[Start of Attachment]
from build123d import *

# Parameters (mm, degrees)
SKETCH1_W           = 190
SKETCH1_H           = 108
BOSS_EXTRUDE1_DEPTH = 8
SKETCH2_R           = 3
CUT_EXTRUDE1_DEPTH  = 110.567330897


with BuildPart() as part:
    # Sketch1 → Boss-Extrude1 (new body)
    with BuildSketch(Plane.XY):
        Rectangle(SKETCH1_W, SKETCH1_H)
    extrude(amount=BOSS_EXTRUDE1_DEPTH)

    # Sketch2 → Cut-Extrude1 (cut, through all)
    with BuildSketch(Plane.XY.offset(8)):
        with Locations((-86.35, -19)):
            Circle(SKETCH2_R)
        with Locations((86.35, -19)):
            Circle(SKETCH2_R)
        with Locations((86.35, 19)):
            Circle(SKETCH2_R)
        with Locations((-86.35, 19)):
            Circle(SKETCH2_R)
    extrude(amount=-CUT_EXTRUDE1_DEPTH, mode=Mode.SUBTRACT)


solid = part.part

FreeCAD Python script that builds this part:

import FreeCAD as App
import Part
import Sketcher

V = App.Vector


def add_polygon(sketch, points):
    """Adds a closed chain of lines whose ends are joined by coincident constraints."""
    first, n = sketch.GeometryCount, len(points)
    for a, b in zip(points, points[1:] + points[:1]):
        sketch.addGeometry(Part.LineSegment(App.Vector(*a, 0), App.Vector(*b, 0)), False)
    for i in range(n):
        sketch.addConstraint(Sketcher.Constraint("Coincident", first + i, 2, first + (i + 1) % n, 1))

doc = App.newDocument("Part")
params = doc.addObject("Spreadsheet::Sheet", "Params")
for row, (alias, value) in enumerate([
    ("sketch1_width", "190 mm"),
    ("sketch1_height", "108 mm"),
    ("pad1_length", "8 mm"),
    ("sketch2_diameter", "6 mm"),
], start=1):
    params.set(f"A{row}", alias)
    params.set(f"B{row}", "=" + value)
    params.setAlias(f"B{row}", alias)

body = doc.addObject("PartDesign::Body", "Body")

sketch1 = body.newObject("Sketcher::SketchObject", "Sketch")
sketch1.AttachmentSupport = (doc.getObject("XY_Plane"), [""])
sketch1.MapMode = "FlatFace"
add_polygon(sketch1, [(-95, 54), (-95, -54), (95, -54), (95, 54)])
sketch1.addConstraint([
    Sketcher.Constraint("Vertical", 0),
    Sketcher.Constraint("Horizontal", 1),
    Sketcher.Constraint("Vertical", 2),
    Sketcher.Constraint("Horizontal", 3),
    Sketcher.Constraint("Symmetric", 0, 2, 2, 2, -1, 1),
    Sketcher.Constraint("DistanceX", 1, 1, 1, 2, 190.0),
    Sketcher.Constraint("DistanceY", 0, 2, 0, 1, 108.0),
])
sketch1.setExpression("Constraints[9]", "Params.sketch1_width")
sketch1.setExpression("Constraints[10]", "Params.sketch1_height")
pad1 = body.newObject("PartDesign::Pad", "Pad")
pad1.Profile = sketch1
pad1.setExpression("Length", "Params.pad1_length")

sketch2 = body.newObject("Sketcher::SketchObject", "Sketch001")
sketch2.AttachmentSupport = (doc.getObject("XY_Plane"), [""])
sketch2.MapMode = "FlatFace"
sketch2.AttachmentOffset = App.Placement(V(0, 0, 8), App.Rotation())
sketch2.addGeometry([
    Part.Circle(V(-86.3, -19, 0), V(0, 0, 1), 3),
    Part.Circle(V(86.3, -19, 0), V(0, 0, 1), 3),
    Part.Circle(V(86.3, 19, 0), V(0, 0, 1), 3),
    Part.Circle(V(-86.3, 19, 0), V(0, 0, 1), 3),
], False)
sketch2.addConstraint([
    Sketcher.Constraint("Equal", 0, 1),
    Sketcher.Constraint("Equal", 1, 2),
    Sketcher.Constraint("Equal", 2, 3),
    Sketcher.Constraint("Symmetric", 0, 3, 2, 3, -1, 1),
    Sketcher.Constraint("Symmetric", 1, 3, 3, 3, -1, 1),
    Sketcher.Constraint("Symmetric", 0, 3, 1, 3, -2),
    Sketcher.Constraint("Diameter", 0, 6.0),
    Sketcher.Constraint("DistanceY", 0, 3, -1, 1, 19.0),
    Sketcher.Constraint("DistanceX", 0, 3, 1, 3, 172.7),
])
sketch2.setExpression("Constraints[6]", "Params.sketch2_diameter")
pocket1 = body.newObject("PartDesign::Pocket", "Pocket")
pocket1.Profile = sketch2
pocket1.Type = "ThroughAll"

doc.recompute()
[End of Attachment]
• _TASK REQUIREMENTS_: Copy the lines that hold the word "BuildSketch". Take them from the records above.

• _ANSWER AREA_:
    with BuildSketch(Plane.XY):
    with BuildSketch(Plane.XY.offset(8)):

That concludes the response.